See examples in sample_project

6.4 Tasks

  • Keep a to do list
  • If you use github it is great to use “issues” to keep track of to dos
  • Try to complete well defined tasks in one sitting. Work in chunk.
  • If you have a repetitive task there is probably a way to automate it: ask for help
  • If you have a conceptually hard task that you are not making progress on, stop, move away, and try it from a whole new angle
  • Order your tasks: figure out whether you work better linearly or doing parallel work.
  • Cross off tasks when done
  • Don’t be afraid to discard work
  • Be ambitious but don’t let the best be the enemy of the good.

7 Pointers for coding

You should generate your replication files at the same time as your analysis

7.1 How to: Replication files

  • Best in self-contained documents for easy third party viewing. e.g. .html via .qmd or .Rmd

Some examples:

7.2 Good coding rules

7.3 Good coding rules

  • Metadata first
  • Call packages at the beginning: use pacman
  • Put options at the top
  • Call all data files once, at the top. Best to call directly from a public archive, when possible.
  • Use functions and define them at the top: comment them; useful sometimes to illustrate what they do
  • Replicate first, re-analyze second. Use sections.
  • Have subsections named after specific tables, figures or analyses

7.4 Aim

Nothing local, everything relative: so please do not include hardcoded paths to your computer

  • First best: if someone has access to your .Rmd/.qmd file they can hit render or compile and the whole thing reproduces first time.

  • But: often you need ancillary files for data and code. That’s OK but aims should still be that with a self contained folder someone can open a master.Rmd file, hit compile and get everything. I usually have an input and an output subfolder.

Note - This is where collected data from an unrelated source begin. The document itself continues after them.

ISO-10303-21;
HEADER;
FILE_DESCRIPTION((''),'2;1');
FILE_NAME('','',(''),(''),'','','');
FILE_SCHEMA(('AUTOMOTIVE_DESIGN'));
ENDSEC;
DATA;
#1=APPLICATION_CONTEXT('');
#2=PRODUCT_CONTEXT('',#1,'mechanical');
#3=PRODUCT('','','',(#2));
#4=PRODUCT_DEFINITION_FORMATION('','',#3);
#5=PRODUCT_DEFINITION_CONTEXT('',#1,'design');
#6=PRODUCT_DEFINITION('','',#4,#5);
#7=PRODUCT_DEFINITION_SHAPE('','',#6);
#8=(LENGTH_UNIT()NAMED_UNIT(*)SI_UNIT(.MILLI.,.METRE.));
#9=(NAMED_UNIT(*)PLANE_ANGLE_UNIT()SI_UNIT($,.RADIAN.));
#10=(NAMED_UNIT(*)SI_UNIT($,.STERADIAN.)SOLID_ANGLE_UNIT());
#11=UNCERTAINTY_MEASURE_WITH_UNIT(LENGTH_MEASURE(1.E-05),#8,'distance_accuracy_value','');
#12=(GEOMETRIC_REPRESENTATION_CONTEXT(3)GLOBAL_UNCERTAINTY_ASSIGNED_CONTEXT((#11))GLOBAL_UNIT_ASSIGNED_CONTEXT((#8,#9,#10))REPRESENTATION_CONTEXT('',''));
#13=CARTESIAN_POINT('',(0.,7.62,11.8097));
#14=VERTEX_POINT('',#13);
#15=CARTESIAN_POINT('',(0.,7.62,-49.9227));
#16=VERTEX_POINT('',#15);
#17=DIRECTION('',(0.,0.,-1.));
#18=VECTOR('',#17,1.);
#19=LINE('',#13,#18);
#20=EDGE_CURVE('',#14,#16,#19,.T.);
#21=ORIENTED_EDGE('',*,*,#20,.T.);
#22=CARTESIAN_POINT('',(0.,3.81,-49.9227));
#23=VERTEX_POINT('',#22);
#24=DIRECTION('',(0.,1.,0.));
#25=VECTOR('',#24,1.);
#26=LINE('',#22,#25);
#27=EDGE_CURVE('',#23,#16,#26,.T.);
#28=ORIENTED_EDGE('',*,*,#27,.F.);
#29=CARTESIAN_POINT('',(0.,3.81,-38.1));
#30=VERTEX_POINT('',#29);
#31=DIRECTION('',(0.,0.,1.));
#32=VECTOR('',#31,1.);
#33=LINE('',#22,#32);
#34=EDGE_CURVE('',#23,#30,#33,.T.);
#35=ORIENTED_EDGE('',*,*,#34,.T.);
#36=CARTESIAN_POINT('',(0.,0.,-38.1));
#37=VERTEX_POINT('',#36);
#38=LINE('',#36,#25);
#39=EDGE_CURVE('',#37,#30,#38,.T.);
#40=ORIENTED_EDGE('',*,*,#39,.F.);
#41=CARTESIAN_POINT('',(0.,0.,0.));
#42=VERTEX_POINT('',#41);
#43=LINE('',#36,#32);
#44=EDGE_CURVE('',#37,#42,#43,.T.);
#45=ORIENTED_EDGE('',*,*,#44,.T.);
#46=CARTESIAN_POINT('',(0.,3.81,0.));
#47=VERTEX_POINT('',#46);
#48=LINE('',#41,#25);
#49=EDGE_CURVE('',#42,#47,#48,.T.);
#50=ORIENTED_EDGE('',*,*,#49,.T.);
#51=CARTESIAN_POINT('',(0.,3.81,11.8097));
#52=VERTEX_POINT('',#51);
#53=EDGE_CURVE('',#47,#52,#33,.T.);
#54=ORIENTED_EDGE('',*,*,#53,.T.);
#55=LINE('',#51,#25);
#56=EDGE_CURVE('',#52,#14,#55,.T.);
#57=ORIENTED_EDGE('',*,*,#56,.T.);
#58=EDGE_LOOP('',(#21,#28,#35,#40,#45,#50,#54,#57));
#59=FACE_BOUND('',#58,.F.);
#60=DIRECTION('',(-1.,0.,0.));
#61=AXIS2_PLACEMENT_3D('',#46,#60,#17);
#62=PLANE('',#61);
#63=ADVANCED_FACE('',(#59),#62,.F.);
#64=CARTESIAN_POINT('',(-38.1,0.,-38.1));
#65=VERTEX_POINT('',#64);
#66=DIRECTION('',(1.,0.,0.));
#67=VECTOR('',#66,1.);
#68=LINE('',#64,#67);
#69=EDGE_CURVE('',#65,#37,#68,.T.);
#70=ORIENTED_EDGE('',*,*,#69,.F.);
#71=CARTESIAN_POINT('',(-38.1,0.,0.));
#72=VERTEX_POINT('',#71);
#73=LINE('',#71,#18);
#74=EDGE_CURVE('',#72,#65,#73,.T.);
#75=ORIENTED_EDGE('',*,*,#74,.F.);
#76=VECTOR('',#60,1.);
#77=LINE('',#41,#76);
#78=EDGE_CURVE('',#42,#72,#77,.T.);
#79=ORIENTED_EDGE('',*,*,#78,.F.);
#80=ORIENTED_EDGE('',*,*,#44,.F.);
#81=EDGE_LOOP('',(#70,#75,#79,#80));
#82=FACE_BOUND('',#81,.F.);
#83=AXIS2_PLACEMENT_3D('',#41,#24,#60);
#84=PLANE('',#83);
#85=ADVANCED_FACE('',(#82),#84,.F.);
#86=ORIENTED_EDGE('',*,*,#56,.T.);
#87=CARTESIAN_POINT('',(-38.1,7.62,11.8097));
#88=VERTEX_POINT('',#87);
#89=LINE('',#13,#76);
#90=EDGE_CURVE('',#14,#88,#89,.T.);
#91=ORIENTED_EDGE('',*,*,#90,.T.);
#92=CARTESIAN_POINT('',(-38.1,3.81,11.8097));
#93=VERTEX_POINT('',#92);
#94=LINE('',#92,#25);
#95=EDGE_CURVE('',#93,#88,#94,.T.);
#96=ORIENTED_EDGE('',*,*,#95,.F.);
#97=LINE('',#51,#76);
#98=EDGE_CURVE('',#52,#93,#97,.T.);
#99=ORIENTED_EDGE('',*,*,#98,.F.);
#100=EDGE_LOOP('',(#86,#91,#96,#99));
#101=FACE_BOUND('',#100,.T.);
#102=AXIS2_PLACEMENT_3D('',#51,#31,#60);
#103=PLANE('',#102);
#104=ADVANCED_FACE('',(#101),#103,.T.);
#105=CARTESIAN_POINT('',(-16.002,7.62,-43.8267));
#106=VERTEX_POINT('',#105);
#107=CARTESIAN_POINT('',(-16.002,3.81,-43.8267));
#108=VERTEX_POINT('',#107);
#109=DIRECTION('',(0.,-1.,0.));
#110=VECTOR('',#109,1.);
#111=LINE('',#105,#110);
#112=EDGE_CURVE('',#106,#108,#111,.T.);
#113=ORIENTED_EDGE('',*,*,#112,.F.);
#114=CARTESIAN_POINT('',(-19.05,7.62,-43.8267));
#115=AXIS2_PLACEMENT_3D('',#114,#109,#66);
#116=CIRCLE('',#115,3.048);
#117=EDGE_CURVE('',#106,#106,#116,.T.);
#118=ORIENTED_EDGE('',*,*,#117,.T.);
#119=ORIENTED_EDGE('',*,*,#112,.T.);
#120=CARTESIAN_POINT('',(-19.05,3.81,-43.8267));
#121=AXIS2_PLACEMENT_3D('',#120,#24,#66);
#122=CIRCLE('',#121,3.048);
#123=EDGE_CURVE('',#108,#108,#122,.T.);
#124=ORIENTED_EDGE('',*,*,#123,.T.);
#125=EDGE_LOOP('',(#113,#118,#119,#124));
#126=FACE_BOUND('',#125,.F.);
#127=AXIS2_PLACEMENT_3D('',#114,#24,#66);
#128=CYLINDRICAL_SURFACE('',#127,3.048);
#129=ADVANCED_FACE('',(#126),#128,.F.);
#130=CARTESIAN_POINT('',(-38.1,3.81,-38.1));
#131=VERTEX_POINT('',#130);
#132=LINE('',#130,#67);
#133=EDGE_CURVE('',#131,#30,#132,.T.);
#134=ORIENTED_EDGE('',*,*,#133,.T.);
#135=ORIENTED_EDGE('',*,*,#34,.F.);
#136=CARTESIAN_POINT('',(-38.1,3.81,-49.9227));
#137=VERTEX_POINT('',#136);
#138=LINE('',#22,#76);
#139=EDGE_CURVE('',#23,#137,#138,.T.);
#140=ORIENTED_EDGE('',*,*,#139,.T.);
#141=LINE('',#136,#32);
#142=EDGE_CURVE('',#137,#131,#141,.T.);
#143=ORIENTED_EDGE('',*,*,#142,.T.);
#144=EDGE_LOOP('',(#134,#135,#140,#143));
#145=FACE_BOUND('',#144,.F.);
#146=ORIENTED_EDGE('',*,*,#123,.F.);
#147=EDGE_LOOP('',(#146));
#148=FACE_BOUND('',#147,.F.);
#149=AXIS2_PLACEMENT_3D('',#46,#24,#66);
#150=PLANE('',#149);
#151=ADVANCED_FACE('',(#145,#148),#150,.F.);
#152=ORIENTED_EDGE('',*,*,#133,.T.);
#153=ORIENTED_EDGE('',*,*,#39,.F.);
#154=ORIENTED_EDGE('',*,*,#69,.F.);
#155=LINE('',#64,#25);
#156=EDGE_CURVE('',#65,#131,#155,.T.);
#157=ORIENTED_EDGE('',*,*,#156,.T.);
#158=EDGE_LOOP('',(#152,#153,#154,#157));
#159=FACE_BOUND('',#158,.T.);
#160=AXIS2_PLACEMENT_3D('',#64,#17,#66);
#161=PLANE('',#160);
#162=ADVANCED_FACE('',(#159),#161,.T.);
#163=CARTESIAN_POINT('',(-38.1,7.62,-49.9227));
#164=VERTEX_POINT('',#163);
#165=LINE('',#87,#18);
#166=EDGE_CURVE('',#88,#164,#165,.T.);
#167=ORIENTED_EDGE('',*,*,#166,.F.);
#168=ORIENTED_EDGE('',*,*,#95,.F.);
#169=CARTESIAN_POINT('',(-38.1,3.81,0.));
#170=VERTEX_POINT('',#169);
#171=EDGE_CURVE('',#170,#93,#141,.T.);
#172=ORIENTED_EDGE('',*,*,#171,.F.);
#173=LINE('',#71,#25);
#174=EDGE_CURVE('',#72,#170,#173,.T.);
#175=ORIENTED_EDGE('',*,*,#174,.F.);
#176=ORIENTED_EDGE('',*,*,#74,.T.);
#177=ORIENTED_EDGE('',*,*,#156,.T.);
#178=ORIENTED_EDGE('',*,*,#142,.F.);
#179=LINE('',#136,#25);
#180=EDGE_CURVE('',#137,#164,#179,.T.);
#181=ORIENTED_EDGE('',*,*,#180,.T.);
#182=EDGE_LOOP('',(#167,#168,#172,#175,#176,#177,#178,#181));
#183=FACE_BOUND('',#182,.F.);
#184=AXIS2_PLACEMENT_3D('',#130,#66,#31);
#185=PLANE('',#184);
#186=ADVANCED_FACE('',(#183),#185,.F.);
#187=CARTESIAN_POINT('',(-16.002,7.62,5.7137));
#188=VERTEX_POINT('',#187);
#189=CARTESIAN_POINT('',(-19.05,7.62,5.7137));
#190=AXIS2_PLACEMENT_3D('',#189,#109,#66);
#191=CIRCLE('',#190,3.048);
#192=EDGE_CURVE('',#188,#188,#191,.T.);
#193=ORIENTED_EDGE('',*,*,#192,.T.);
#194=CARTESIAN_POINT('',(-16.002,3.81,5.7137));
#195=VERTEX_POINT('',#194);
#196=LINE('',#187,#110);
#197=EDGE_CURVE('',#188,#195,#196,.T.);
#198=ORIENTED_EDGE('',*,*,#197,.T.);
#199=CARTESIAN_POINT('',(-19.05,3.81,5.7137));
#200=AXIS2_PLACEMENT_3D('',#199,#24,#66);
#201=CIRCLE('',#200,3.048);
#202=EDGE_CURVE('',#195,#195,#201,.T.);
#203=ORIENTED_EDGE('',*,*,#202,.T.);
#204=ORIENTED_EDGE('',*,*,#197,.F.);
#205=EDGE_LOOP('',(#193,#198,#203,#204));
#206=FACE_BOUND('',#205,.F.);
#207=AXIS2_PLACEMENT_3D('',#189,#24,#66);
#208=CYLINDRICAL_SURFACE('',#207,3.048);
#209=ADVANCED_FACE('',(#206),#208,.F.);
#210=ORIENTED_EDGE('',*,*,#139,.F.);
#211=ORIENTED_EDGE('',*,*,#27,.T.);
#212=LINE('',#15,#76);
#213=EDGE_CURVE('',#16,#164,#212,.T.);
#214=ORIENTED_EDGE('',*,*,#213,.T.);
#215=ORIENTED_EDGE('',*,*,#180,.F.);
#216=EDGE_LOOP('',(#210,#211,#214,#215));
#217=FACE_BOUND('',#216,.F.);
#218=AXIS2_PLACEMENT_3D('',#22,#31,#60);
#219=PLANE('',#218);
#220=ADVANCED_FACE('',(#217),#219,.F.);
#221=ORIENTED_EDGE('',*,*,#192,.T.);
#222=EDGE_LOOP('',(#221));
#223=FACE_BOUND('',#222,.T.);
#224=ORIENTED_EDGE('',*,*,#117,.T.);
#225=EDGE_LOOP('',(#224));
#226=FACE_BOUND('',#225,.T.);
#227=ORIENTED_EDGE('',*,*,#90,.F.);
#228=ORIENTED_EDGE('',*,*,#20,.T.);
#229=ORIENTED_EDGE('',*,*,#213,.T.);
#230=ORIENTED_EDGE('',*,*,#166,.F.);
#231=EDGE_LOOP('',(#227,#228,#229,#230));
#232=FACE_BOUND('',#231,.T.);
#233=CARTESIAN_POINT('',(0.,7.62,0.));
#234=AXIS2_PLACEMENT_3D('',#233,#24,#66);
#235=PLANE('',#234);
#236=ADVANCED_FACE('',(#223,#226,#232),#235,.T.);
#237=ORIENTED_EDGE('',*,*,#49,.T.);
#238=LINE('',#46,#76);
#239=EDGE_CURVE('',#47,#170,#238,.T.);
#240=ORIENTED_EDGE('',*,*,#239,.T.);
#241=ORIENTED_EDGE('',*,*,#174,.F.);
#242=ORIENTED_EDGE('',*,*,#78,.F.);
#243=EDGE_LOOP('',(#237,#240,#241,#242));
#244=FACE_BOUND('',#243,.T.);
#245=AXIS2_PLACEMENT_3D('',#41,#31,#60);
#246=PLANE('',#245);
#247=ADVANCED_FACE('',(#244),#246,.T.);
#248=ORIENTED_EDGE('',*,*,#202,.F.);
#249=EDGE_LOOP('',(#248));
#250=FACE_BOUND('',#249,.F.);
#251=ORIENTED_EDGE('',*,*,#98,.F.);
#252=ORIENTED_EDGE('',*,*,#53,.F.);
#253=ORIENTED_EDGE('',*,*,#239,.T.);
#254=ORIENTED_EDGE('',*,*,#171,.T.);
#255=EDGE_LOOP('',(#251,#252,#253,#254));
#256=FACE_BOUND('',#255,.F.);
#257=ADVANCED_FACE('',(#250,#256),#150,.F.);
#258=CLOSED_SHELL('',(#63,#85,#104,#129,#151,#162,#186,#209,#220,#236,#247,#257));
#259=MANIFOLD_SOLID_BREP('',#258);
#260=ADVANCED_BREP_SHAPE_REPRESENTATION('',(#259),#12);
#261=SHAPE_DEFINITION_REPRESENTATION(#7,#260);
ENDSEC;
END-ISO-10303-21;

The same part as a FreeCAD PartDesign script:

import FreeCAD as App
import Part
import Sketcher

V = App.Vector
Q = App.Units.Quantity


def add_polygon(sketch, points):
    """Adds a closed chain of lines whose ends are joined by coincident constraints."""
    first, n = sketch.GeometryCount, len(points)
    for a, b in zip(points, points[1:] + points[:1]):
        sketch.addGeometry(Part.LineSegment(App.Vector(*a, 0), App.Vector(*b, 0)), False)
    for i in range(n):
        sketch.addConstraint(Sketcher.Constraint("Coincident", first + i, 2, first + (i + 1) % n, 1))

doc = App.newDocument("Part")
body = doc.addObject("PartDesign::Body", "Body")

# Sketch on XZ plane
sketch1 = body.newObject("Sketcher::SketchObject", "Sketch")
sketch1.AttachmentSupport = (doc.getObject("XZ_Plane"), [""])
sketch1.MapMode = "FlatFace"
add_polygon(sketch1, [(-38, 0), (0, 0), (0, -38), (-38, -38)])  # lines 0-3
sketch1.addConstraint([
    Sketcher.Constraint("Horizontal", 0),
    Sketcher.Constraint("Vertical", 1),
    Sketcher.Constraint("Horizontal", 2),
    Sketcher.Constraint("Vertical", 3),
    Sketcher.Constraint("Coincident", 0, 2, -1, 1),
    Sketcher.Constraint("Equal", 2, 1),
    Sketcher.Constraint("DistanceX", 0, 1, 0, 2, Q("1.5 in")),
])
pad1 = body.newObject("PartDesign::Pad", "Pad")
pad1.Profile = sketch1
pad1.Length = Q("0.15 in")
pad1.Reversed = True

# Sketch on XZ plane
sketch2 = body.newObject("Sketcher::SketchObject", "Sketch001")
sketch2.AttachmentSupport = (doc.getObject("XZ_Plane"), [""])
sketch2.MapMode = "FlatFace"
sketch2.AttachmentOffset = App.Placement(V(0, 0, -0.15 * 25.4), App.Rotation())
add_polygon(sketch2, [(-38, 12), (0, 12), (0, -50), (-38, -50)])  # lines 0-3
sketch2.addConstraint([
    Sketcher.Constraint("Horizontal", 0),
    Sketcher.Constraint("Vertical", 1),
    Sketcher.Constraint("Horizontal", 2),
    Sketcher.Constraint("Vertical", 3),
    Sketcher.Constraint("PointOnObject", 0, 2, -2),
    Sketcher.Constraint("DistanceX", 0, 1, 0, 2, Q("1.5 in")),
    Sketcher.Constraint("DistanceY", 1, 2, 1, 1, Q("2.4304 in")),
    Sketcher.Constraint("DistanceY", -1, 1, 0, 2, 11.8097),
])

Resources and ideas from the institute for replication https://i4replication.org/reproducibility.html

8 References

Blair, Graeme, Alexander Coppock, and Macartan Humphreys. 2023. Research Design in the Social Sciences: Declaration, Diagnosis, and Redesign. Princeton University Press.
King, Gary, Robert O Keohane, and Sidney Verba. 2021. Designing Social Inquiry: Scientific Inference in Qualitative Research. Princeton university press.
Lipson, Charles. 2018. How to Write a BA Thesis: A Practical Guide from Your First Ideas to Your Finished Paper. University of Chicago Press.
Putnam, Robert D. 2000. “Bowling Alone: America’s Declining Social Capital.” In Culture and Politics, 223–34. Springer.
Strunk Jr, William, and Elwyn Brooks White. 2007. The Elements of Style Illustrated. Penguin.
Van Evera, Stephen. 1997. Guide to Methods for Students of Political Science. Cornell University Press.